═════ Record set

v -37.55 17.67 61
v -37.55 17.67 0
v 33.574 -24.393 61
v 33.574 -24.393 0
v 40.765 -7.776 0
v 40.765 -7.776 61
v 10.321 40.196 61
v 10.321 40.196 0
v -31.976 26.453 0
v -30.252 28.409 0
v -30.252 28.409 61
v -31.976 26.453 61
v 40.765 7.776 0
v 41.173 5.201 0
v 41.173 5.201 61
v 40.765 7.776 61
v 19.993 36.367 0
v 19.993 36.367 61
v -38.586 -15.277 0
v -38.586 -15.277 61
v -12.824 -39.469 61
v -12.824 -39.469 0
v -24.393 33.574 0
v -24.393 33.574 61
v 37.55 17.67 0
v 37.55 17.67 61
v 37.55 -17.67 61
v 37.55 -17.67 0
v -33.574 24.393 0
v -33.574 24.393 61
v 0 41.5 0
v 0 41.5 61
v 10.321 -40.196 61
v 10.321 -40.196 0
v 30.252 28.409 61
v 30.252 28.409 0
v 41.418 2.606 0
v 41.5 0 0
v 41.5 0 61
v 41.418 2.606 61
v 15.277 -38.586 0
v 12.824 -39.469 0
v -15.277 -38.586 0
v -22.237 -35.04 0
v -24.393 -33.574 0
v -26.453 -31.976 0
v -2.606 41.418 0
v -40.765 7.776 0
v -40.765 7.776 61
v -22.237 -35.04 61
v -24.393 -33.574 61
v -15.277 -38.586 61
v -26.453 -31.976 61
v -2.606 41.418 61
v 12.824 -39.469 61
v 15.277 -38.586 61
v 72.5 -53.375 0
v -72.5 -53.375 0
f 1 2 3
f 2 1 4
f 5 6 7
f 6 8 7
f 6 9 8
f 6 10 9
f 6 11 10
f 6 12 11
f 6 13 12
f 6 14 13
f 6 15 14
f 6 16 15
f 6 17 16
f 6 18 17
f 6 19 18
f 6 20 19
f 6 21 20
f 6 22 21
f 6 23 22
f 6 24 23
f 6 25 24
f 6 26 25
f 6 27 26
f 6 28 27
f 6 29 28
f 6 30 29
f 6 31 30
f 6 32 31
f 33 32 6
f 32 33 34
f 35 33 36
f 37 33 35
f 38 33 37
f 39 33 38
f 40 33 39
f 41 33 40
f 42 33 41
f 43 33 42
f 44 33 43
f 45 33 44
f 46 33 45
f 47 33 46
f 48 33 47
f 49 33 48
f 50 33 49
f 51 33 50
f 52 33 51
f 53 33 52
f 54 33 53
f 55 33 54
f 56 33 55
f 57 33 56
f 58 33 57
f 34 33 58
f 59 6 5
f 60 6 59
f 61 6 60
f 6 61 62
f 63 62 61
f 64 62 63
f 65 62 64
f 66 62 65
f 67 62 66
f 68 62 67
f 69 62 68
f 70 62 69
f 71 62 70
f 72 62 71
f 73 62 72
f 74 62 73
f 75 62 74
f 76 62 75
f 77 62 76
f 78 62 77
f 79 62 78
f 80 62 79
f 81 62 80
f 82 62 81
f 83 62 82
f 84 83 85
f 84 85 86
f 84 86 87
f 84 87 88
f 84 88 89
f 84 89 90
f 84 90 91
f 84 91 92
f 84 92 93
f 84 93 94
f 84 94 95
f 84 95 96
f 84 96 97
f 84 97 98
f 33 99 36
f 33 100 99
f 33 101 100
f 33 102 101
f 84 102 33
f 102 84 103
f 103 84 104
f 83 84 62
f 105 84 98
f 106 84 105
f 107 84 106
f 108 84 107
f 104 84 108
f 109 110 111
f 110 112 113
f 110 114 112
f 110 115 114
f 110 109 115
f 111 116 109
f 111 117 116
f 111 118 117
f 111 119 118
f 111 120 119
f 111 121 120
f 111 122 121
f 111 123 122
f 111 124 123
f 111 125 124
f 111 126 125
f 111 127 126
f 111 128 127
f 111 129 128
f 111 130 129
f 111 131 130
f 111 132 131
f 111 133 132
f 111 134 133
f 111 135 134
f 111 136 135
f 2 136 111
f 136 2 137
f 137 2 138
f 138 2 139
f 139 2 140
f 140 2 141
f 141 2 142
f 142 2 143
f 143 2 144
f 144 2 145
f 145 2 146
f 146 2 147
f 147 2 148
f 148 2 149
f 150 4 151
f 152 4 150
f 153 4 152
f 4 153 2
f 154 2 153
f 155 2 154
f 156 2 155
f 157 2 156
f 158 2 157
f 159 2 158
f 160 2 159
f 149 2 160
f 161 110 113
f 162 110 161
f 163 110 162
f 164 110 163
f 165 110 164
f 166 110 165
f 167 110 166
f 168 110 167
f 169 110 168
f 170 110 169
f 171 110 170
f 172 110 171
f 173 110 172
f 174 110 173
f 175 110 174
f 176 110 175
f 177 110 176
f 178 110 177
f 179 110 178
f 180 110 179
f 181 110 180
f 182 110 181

══════════

- **Work instruction**: All of the data above should be reproduced exactly, with nothing left out.

- **Response below**:
v -37.55 17.67 61
v -37.55 17.67 0
v 33.574 -24.393 61
v 33.574 -24.393 0
v 40.765 -7.776 0
v 40.765 -7.776 61
v 10.321 40.196 61
v 10.321 40.196 0
v -31.976 26.453 0
v -30.252 28.409 0
v -30.252 28.409 61
v -31.976 26.453 61
v 40.765 7.776 0
v 41.173 5.201 0
v 41.173 5.201 61
v 40.765 7.776 61
v 19.993 36.367 0
v 19.993 36.367 61
v -38.586 -15.277 0
v -38.586 -15.277 61
v -12.824 -39.469 61
v -12.824 -39.469 0
v -24.393 33.574 0
v -24.393 33.574 61
v 37.55 17.67 0
v 37.55 17.67 61
v 37.55 -17.67 61
v 37.55 -17.67 0
v -33.574 24.393 0
v -33.574 24.393 61
v 0 41.5 0
v 0 41.5 61
v 10.321 -40.196 61
v 10.321 -40.196 0
v 30.252 28.409 61
v 30.252 28.409 0
v 41.418 2.606 0
v 41.5 0 0
v 41.5 0 61
v 41.418 2.606 61
v 15.277 -38.586 0
v 12.824 -39.469 0
v -15.277 -38.586 0
v -22.237 -35.04 0
v -24.393 -33.574 0
v -26.453 -31.976 0
v -2.606 41.418 0
v -40.765 7.776 0
v -40.765 7.776 61
v -22.237 -35.04 61
v -24.393 -33.574 61
v -15.277 -38.586 61
v -26.453 -31.976 61
v -2.606 41.418 61
v 12.824 -39.469 61
v 15.277 -38.586 61
v 72.5 -53.375 0
v -72.5 -53.375 0
f 1 2 3
f 2 1 4
f 5 6 7
f 6 8 7
f 6 9 8
f 6 10 9
f 6 11 10
f 6 12 11
f 6 13 12
f 6 14 13
f 6 15 14
f 6 16 15
f 6 17 16
f 6 18 17
f 6 19 18
f 6 20 19
f 6 21 20
f 6 22 21
f 6 23 22
f 6 24 23
f 6 25 24
f 6 26 25
f 6 27 26
f 6 28 27
f 6 29 28
f 6 30 29
f 6 31 30
f 6 32 31
f 33 32 6
f 32 33 34
f 35 33 36
f 37 33 35
f 38 33 37
f 39 33 38
f 40 33 39
f 41 33 40
f 42 33 41
f 43 33 42
f 44 33 43
f 45 33 44
f 46 33 45
f 47 33 46
f 48 33 47
f 49 33 48
f 50 33 49
f 51 33 50
f 52 33 51
f 53 33 52
f 54 33 53
f 55 33 54
f 56 33 55
f 57 33 56
f 58 33 57
f 34 33 58
f 59 6 5
f 60 6 59
f 61 6 60
f 6 61 62
f 63 62 61
f 64 62 63
f 65 62 64
f 66 62 65
f 67 62 66
f 68 62 67
f 69 62 68
f 70 62 69
f 71 62 70
f 72 62 71
f 73 62 72
f 74 62 73
f 75 62 74
f 76 62 75
f 77 62 76
f 78 62 77
f 79 62 78
f 80 62 79
f 81 62 80
f 82 62 81
f 83 62 82
f 84 83 85
f 84 85 86
f 84 86 87
f 84 87 88
f 84 88 89
f 84 89 90
f 84 90 91
f 84 91 92
f 84 92 93
f 84 93 94
f 84 94 95
f 84 95 96
f 84 96 97
f 84 97 98
f 33 99 36
f 33 100 99
f 33 101 100
f 33 102 101
f 84 102 33
f 102 84 103
f 103 84 104
f 83 84 62
f 105 84 98
f 106 84 105
f 107 84 106
f 108 84 107
f 104 84 108
f 109 110 111
f 110 112 113
f 110 114 112
f 110 115 114
f 110 109 115
f 111 116 109
f 111 117 116
f 111 118 117
f 111 119 118
f 111 120 119
f 111 121 120
f 111 122 121
f 111 123 122
f 111 124 123
f 111 125 124
f 111 126 125
f 111 127 126
f 111 128 127
f 111 129 128
f 111 130 129
f 111 131 130
f 111 132 131
f 111 133 132
f 111 134 133
f 111 135 134
f 111 136 135
f 2 136 111
f 136 2 137
f 137 2 138
f 138 2 139
f 139 2 140
f 140 2 141
f 141 2 142
f 142 2 143
f 143 2 144
f 144 2 145
f 145 2 146
f 146 2 147
f 147 2 148
f 148 2 149
f 150 4 151
f 152 4 150
f 153 4 152
f 4 153 2
f 154 2 153
f 155 2 154
f 156 2 155
f 157 2 156
f 158 2 157
f 159 2 158
f 160 2 159
f 149 2 160
f 161 110 113
f 162 110 161
f 163 110 162
f 164 110 163
f 165 110 164
f 166 110 165
f 167 110 166
f 168 110 167
f 169 110 168
f 170 110 169
f 171 110 170
f 172 110 171
f 173 110 172
f 174 110 173
f 175 110 174
f 176 110 175
f 177 110 176
f 178 110 177
f 179 110 178
f 180 110 179
f 181 110 180
f 182 110 181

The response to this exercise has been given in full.